Summary + Content Embeddings
def create_multi_vector_doc(doc, llm):
# Generate summary
summary = llm.invoke(f"Summarize: {doc.page_content}").content
# Generate questions this doc answers
questions = llm.invoke(
f"What questions does this answer? {doc.page_content}"
).content
return {
"content": doc.page_content,
"content_embedding": embed(doc.page_content),
"summary_embedding": embed(summary),
"questions_embedding": embed(questions),
}
# Search across all embedding types
# Return the original content
Contextual Compression
Reduce noise by extracting only relevant portions:
from langchain.retrievers import ContextualCompressionRetriever
from langchain.retrievers.document_compressors import LLMChainExtractor
compressor = LLMChainExtractor.from_llm(llm)
compression_retriever = ContextualCompressionRetriever(
base_compressor=compressor,
base_retriever=vectorstore.as_retriever(k=10)
)
# Returns only the relevant sentences from each document
docs = compression_retriever.get_relevant_documents(query)
Self-Query Retrieval
Let the LLM write the query filters:
from langchain.retrievers.self_query.base import SelfQueryRetriever
metadata_field_info = [
AttributeInfo(name="category", type="string", description="Document category"),
AttributeInfo(name="date", type="date", description="Publication date"),
AttributeInfo(name="author", type="string", description="Author name"),
]
retriever = SelfQueryRetriever.from_llm(
llm=llm,
vectorstore=vectorstore,
document_content_description="Technical blog posts about ML",
metadata_field_info=metadata_field_info,
)
# User: "Articles about transformers from 2024"
# Auto-generates: filter={"date": {"$gte": "2024-01-01"}}
Evaluation and Iteration
You can't improve what you don't measure.
Key Metrics
def evaluate_rag(test_set, retriever, generator):
results = {
"retrieval_precision": [],
"retrieval_recall": [],
"answer_relevance": [],
"faithfulness": [],
}
for item in test_set:
query = item["query"]
ground_truth_docs = item["relevant_docs"]
ground_truth_answer = item["answer"]
# Retrieval metrics
retrieved = retriever.get_relevant_documents(query)
precision = calculate_precision(retrieved, ground_truth_docs)
recall = calculate_recall(retrieved, ground_truth_docs)
# Generation metrics
answer = generator.generate(query, retrieved)
relevance = judge_relevance(answer, query)
faithfulness = check_faithfulness(answer, retrieved)

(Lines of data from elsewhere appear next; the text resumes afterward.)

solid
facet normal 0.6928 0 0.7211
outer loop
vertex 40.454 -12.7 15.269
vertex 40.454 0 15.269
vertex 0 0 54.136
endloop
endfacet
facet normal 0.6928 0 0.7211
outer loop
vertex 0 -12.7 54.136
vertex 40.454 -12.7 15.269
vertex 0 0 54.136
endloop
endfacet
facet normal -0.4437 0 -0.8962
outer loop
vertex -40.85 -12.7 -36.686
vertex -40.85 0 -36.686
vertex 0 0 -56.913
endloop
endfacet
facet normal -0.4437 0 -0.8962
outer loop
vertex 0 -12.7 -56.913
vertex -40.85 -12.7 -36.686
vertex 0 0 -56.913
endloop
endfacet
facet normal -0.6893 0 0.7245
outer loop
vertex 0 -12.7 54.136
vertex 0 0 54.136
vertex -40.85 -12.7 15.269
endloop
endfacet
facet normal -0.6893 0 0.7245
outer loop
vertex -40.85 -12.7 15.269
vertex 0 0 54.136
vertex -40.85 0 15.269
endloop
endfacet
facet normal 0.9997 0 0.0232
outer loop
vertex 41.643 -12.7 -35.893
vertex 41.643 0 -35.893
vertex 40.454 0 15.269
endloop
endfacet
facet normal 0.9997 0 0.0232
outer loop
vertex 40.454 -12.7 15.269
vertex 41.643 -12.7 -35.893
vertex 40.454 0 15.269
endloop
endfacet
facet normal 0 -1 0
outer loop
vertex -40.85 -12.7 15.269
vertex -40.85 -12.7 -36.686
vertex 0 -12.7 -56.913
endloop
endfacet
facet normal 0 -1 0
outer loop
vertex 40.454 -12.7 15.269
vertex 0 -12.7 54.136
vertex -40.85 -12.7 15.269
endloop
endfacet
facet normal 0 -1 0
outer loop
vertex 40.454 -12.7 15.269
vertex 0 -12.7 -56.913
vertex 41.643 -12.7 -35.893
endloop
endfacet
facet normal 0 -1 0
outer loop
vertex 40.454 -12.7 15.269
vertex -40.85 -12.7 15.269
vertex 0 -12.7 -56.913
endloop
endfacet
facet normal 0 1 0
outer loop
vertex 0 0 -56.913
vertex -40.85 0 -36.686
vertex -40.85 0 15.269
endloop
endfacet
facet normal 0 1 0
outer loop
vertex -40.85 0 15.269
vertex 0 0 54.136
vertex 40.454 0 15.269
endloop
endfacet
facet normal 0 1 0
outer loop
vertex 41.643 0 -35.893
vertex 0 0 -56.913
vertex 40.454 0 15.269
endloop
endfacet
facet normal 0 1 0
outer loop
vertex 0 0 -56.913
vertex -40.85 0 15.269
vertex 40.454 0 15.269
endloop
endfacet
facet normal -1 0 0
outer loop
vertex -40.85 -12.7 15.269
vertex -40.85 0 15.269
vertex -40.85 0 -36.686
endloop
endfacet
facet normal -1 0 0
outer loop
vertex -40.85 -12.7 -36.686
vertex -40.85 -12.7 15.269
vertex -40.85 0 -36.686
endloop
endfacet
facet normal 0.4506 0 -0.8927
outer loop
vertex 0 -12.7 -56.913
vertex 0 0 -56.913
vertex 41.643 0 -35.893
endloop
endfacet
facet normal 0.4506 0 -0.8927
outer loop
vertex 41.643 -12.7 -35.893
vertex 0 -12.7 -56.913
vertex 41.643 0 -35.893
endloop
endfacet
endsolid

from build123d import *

# Parameters (mm, degrees)
F1_DEPTH = 12.7


with BuildPart() as f1:
    # F0 (on Front) → F1 (new body)
    with BuildSketch(Plane.XZ):
        Polygon((40.453546, 15.269228), (0, 54.136354), (-40.85014, 15.269228), align=None)
        Polygon((40.453546, 15.269228), (-40.85014, 15.269228), (-40.85014, -36.685806), (0, -56.912575), (41.643355, -35.892602), align=None)
    extrude(amount=F1_DEPTH)


solid = f1.part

results["retrieval_precision"].append(precision)
# ... etc
return {k: sum(v)/len(v) for k, v in results.items()}
Building Test Sets
Create diverse test cases:
test_set = [
{
"query": "What is the attention mechanism?",
"type": "factual",
"difficulty": "easy"
},
{
"query": "Compare BERT and GPT architectures",
"type": "comparison",
"difficulty": "medium"
},
{
"query": "How would you fine-tune for low-resource NER?",
"type": "reasoning",
"difficulty": "hard"
},
]
Putting It All Together
A production RAG pipeline might look like:
class AdvancedRAGPipeline:
def __init__(self, vectorstore, llm, reranker):
self.vectorstore = vectorstore
self.llm = llm
self.reranker = reranker
def query(self, user_query: str) -> str:
# 1. Query expansion
queries = self.expand_query(user_query)
# 2. Hybrid retrieval
all_docs = []
for q in queries:
vector_docs = self.vectorstore.similarity_search(q, k=10)
bm25_docs = self.bm25_search(q, k=10)
all_docs.extend(vector_docs + bm25_docs)
# 3. Deduplicate
unique_docs = self.deduplicate(all_docs)
# 4. Rerank
top_docs = self.reranker.rerank(user_query, unique_docs, k=5)
# 5. Compress context
compressed = self.compress_context(user_query, top_docs)
# 6. Generate
response = self.generate(user_query, compressed)
return response
Conclusion
Advanced RAG is about combining multiple techniques thoughtfully. Start with the basics, measure your results, identify failure modes, and add complexity only where it helps.
The best RAG system isn't the most sophisticated one it's the one that reliably answers your users' questions with accurate, grounded responses.